Lorsque les astronomes l’ont découverte, en 1878, elle mesurait plus de 40 000 kilomètres, puis, progressivement et insensiblement, elle a diminué de taille… Ces dernières années, le phénomène, observé par des astronomes amateurs dotés de moyens dont auraient rêvé les professionnels il y a un quart de siècle, est devenu tellement visible qu’ils ont alerté les spécialistes. La réponse a été à la hauteur de cette question historique : la Grande Tache rouge va t-elle disparaître ? Une réponse, donc, radicale, puisque les planétologues ont obtenu du temps d’observation avec le télescope spatial Hubble pour observer Jupiter.
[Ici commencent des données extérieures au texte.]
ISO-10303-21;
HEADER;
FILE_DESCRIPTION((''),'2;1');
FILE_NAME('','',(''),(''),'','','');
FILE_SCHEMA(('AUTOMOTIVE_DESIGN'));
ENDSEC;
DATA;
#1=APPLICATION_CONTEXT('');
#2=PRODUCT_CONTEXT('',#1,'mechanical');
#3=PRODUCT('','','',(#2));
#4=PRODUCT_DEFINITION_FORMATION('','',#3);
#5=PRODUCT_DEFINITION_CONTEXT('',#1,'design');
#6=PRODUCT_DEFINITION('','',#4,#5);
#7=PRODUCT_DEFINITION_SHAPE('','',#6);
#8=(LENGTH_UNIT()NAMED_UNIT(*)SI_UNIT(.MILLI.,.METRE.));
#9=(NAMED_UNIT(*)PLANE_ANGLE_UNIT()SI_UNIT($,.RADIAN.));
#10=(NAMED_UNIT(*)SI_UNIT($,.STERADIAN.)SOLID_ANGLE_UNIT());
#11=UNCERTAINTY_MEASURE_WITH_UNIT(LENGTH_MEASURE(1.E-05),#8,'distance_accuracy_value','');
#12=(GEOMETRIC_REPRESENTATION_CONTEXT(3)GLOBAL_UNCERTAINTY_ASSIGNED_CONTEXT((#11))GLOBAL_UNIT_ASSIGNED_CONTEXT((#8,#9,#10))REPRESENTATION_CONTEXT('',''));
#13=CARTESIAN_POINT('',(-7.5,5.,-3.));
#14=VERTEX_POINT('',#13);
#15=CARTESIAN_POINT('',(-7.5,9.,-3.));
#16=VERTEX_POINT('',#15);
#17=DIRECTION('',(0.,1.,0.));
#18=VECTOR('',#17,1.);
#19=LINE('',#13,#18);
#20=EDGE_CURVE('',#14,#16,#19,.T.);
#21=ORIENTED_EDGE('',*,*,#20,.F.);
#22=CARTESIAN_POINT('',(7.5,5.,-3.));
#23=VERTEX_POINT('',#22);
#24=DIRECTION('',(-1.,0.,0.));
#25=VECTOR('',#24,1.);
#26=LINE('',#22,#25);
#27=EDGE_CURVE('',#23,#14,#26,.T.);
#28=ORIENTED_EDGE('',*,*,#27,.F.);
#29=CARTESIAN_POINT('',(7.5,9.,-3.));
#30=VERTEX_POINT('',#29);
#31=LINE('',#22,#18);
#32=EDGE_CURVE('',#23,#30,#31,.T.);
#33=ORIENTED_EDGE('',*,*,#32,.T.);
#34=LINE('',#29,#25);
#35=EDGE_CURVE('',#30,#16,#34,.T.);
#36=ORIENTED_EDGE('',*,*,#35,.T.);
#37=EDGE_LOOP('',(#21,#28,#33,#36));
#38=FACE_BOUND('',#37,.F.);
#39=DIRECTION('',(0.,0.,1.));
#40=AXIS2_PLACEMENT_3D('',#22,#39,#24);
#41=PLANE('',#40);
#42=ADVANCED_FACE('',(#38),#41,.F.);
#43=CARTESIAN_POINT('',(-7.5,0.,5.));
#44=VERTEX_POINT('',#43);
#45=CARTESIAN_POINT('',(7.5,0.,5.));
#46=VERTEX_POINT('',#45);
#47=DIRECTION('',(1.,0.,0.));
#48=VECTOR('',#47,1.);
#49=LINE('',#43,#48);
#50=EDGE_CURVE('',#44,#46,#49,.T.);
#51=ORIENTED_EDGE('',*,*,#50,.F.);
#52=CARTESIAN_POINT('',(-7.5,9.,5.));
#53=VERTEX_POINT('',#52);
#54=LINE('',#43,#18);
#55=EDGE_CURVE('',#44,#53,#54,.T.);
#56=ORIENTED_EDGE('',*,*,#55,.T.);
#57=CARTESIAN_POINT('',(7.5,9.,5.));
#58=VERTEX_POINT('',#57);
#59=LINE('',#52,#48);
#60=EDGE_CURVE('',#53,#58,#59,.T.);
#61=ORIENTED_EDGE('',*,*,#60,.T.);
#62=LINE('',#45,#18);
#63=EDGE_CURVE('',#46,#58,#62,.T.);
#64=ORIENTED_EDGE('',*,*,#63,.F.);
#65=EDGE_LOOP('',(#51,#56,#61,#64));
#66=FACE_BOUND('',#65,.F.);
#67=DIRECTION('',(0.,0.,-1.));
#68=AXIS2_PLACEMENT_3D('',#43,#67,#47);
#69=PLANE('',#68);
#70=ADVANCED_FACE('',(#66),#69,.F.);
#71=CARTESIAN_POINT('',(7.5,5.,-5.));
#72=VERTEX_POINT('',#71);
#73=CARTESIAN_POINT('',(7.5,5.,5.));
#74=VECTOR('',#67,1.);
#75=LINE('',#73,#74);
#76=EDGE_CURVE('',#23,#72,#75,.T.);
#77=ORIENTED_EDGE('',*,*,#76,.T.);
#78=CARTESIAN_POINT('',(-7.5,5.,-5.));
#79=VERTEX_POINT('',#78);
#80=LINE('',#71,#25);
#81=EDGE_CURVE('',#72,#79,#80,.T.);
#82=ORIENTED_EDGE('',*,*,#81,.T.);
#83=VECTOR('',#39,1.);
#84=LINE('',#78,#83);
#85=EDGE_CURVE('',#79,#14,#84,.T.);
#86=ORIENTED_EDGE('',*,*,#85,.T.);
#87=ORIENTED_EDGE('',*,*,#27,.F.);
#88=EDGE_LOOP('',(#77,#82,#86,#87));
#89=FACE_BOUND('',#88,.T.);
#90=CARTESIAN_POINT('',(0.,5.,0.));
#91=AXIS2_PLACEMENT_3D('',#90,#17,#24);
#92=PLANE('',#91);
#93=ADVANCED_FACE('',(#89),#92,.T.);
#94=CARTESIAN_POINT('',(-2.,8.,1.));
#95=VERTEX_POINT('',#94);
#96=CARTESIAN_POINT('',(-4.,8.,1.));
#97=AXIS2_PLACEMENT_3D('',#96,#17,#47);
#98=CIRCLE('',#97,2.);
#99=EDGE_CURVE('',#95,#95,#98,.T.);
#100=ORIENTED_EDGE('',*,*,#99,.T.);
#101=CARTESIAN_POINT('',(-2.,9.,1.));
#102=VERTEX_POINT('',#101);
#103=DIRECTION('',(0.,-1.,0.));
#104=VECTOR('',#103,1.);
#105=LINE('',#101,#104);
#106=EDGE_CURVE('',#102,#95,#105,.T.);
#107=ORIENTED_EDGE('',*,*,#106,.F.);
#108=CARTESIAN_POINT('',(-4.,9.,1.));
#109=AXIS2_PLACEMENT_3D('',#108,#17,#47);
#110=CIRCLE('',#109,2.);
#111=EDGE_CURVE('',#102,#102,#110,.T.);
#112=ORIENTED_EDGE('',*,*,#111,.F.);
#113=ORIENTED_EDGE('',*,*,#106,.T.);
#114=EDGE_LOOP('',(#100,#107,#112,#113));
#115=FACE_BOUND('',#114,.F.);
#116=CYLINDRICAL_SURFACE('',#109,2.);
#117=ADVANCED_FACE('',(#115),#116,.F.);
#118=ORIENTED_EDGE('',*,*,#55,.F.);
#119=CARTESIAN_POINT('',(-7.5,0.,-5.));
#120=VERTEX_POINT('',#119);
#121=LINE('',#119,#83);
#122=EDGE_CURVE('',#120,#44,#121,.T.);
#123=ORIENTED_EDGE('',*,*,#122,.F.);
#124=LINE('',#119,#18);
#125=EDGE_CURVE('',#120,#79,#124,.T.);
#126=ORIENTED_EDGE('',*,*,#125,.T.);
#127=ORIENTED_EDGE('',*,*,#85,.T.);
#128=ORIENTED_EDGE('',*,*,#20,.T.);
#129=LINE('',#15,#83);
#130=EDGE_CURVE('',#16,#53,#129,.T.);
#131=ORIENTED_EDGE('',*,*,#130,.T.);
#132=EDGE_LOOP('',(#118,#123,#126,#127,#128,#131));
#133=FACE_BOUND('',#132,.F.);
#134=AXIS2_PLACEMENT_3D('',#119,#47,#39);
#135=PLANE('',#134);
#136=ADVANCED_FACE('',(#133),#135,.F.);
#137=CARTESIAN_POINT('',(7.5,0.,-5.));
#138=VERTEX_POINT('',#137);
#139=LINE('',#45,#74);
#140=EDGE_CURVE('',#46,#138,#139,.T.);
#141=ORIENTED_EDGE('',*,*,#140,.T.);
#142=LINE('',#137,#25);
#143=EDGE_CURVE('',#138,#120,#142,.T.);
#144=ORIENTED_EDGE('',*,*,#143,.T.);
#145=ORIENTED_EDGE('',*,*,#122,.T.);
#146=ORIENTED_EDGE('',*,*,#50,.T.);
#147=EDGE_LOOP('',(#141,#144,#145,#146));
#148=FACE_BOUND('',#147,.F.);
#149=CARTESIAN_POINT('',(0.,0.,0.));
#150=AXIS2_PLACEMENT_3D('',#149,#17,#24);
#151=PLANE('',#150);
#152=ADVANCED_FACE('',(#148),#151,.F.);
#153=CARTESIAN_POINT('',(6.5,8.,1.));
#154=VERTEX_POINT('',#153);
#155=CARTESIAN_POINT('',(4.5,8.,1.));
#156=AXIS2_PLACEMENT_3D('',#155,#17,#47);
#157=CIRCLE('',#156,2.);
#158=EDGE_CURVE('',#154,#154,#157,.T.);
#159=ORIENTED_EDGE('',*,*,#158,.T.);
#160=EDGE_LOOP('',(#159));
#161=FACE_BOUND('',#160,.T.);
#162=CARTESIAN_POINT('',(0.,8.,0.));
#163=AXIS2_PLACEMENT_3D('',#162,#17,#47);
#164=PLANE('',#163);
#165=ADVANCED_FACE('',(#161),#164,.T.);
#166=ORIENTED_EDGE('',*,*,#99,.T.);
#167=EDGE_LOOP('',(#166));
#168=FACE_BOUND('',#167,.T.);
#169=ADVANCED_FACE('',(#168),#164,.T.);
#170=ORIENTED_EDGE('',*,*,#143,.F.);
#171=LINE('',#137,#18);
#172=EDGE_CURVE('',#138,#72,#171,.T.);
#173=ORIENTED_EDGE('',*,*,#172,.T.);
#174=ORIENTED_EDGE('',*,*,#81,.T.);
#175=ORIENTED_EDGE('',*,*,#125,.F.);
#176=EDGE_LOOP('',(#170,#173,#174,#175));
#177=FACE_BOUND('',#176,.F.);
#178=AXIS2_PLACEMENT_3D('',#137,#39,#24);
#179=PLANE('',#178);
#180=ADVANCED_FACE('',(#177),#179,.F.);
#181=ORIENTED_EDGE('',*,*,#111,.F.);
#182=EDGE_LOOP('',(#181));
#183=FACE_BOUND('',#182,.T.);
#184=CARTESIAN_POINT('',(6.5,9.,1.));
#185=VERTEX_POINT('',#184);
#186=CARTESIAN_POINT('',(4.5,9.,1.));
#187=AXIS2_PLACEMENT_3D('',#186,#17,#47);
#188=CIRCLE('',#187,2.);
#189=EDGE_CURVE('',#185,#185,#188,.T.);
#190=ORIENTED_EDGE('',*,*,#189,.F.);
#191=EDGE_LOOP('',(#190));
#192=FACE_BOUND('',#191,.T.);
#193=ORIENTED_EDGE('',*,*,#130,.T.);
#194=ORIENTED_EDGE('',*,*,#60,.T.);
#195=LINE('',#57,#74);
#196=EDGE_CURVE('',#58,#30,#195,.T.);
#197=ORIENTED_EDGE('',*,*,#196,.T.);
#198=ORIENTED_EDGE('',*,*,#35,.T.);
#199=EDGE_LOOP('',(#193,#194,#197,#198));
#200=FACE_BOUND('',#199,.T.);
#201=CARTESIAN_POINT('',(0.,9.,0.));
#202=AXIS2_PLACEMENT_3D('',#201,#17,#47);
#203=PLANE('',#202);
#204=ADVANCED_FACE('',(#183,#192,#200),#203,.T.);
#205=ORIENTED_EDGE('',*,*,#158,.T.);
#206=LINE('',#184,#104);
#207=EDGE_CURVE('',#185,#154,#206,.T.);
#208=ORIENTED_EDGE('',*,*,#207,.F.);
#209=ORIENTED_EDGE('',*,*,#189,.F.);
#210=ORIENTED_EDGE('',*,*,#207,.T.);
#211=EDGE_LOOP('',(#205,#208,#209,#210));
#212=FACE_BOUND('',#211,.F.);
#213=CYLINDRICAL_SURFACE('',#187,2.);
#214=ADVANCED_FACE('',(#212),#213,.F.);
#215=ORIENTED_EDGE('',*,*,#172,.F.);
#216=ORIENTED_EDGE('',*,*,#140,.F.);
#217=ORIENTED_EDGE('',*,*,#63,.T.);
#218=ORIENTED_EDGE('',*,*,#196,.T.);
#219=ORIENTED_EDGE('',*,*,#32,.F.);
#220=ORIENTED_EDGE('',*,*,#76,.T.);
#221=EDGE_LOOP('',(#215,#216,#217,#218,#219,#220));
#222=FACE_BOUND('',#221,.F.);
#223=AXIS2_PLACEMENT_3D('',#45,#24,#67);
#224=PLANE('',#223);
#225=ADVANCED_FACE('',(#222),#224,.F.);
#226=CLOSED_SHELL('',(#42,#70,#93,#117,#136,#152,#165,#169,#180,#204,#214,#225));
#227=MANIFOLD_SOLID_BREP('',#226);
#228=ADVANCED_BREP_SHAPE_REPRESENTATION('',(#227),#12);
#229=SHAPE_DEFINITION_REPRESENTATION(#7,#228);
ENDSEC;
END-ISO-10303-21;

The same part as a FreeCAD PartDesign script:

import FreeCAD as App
import Part
import Sketcher

V = App.Vector

doc = App.newDocument("Part")
body = doc.addObject("PartDesign::Body", "Body")

# Sketch on XZ plane
sketch1 = body.newObject("Sketcher::SketchObject", "Sketch")
sketch1.AttachmentSupport = (doc.getObject("XZ_Plane"), [""])
sketch1.MapMode = "FlatFace"
sketch1.addGeometry([
    Part.LineSegment(V(-8, -5, 0), V(-8, 5, 0)),
    Part.LineSegment(V(-8, 5, 0), V(8, 5, 0)),
    Part.LineSegment(V(8, 5, 0), V(8, -5, 0)),
    Part.LineSegment(V(8, -5, 0), V(-8, -5, 0)),
], False)
sketch1.addConstraint([
    Sketcher.Constraint("Coincident", 0, 2, 1, 1),
    Sketcher.Constraint("Coincident", 1, 2, 2, 1),
    Sketcher.Constraint("Coincident", 2, 2, 3, 1),
    Sketcher.Constraint("Coincident", 3, 2, 0, 1),
    Sketcher.Constraint("Vertical", 0),
    Sketcher.Constraint("Horizontal", 1),
    Sketcher.Constraint("Vertical", 2),
    Sketcher.Constraint("Horizontal", 3),
    Sketcher.Constraint("Symmetric", 0, 2, 2, 2, -1, 1),
    Sketcher.Constraint("DistanceX", 1, 1, 1, 2, 15.0),
    Sketcher.Constraint("DistanceY", 0, 1, 0, 2, 10.0),
])
pad1 = body.newObject("PartDesign::Pad", "Pad")
pad1.Profile = sketch1
pad1.Length = 5
pad1.Reversed = True

# Sketch on XZ plane
sketch2 = body.newObject("Sketcher::SketchObject", "Sketch001")
sketch2.AttachmentSupport = (doc.getObject("XZ_Plane"), [""])
sketch2.MapMode = "FlatFace"
sketch2.AttachmentOffset = App.Placement(V(0, 0, -5), App.Rotation())
sketch2.addGeometry([
    Part.LineSegment(V(-8, -3, 0), V(-8, 5, 0)),
    Part.LineSegment(V(-8, 5, 0), V(8, 5, 0)),
    Part.LineSegment(V(8, 5, 0), V(8, -3, 0)),
    Part.LineSegment(V(8, -3, 0), V(-8, -3, 0)),
], False)
sketch2.addConstraint([
    Sketcher.Constraint("Coincident", 0, 2, 1, 1),
    Sketcher.Constraint("Coincident", 1, 2, 2, 1),
    Sketcher.Constraint("Coincident", 2, 2, 3, 1),
    Sketcher.Constraint("Coincident", 3, 2, 0, 1),
    Sketcher.Constraint("Vertical", 0),
    Sketcher.Constraint("Horizontal", 1),
    Sketcher.Constraint("Vertical", 2),
    Sketcher.Constraint("Horizontal", 3),
    Sketcher.Constraint("DistanceY", 0, 1, 0, 2, 8.0),
    Sketcher.Constraint("DistanceX", 1, 1, 1, 2, 15.0),
    Sketcher.Constraint("DistanceY", -1, 1, 0, 2, 5.0),
    Sketcher.Constraint("DistanceX", 0, 2, -1, 1, 7.5),
])
pad2 = body.newObject("PartDesign::Pad", "Pad001")
pad2.Profile = sketch2
pad2.Length = 4
pad2.Reversed = True

# Sketch on XZ plane
sketch3 = body.newObject("Sketcher::SketchObject", "Sketch002")
sketch3.AttachmentSupport = (doc.getObject("XZ_Plane"), [""])
sketch3.MapMode = "FlatFace"
sketch3.AttachmentOffset = App.Placement(V(0, 0, -9), App.Rotation())
sketch3.addGeometry([
    Part.Circle(V(-4, 1, 0), V(0, 0, 1), 2),
    Part.Circle(V(4.5, 1, 0), V(0, 0, 1), 2),
], False)
sketch3.addConstraint([
    Sketcher.Constraint("Equal", 0, 1),
    Sketcher.Constraint("Horizontal", 0, 3, 1, 3),
    Sketcher.Constraint("Diameter", 0, 4.0),
    Sketcher.Constraint("DistanceX", 0, 3, -1, 1, 4.0),
    Sketcher.Constraint("DistanceY", -1, 1, 0, 3, 1.0),
    Sketcher.Constraint("DistanceX", -1, 1, 1, 3, 4.5),
])
pocket1 = body.newObject("PartDesign::Pocket", "Pocket")
pocket1.Profile = sketch3
pocket1.Length = 1
pocket1.Reversed = True

doc.recompute()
Verdict : la Tache rouge de Jupiter mesure désormais à peine plus de 15 000 kilomètres !
Sur ces deux images prises par le télescope spatial Hubble, la diminution de taille de la Grande Tache rouge, en moins de vingt ans, est spectaculaire. Photo Nasa/ESA/STSCI.
L’anticyclone le plus stable du système solaire va t-il disparaître ? Va t-il diminuer encore d’importance ? Personne n’en sait rien. Désormais, les astronomes, amateurs comme professionnels, attendent que Jupiter soit de nouveau observable, après sa disparition annuelle derrière le Soleil. La planète géante, qui brille actuellement dans la constellation des Gémeaux, est pratiquement inobservable dans les télescopes parce que trop proche de l’horizon ; de fait, elle va se perdre dans les lueurs du couchant à la fin juin. Quand Jupiter sera de nouveau visible dans la constellation du Cancer à l’automne prochain, nous saurons peut-être si les « Monsieur Météo » du système solaire, dans le futur, pourront, ou non, continuer à nous donner des nouvelles de ce formidable anticyclone qui perdure sur Jupiter depuis trois cent cinquante ans… au moins.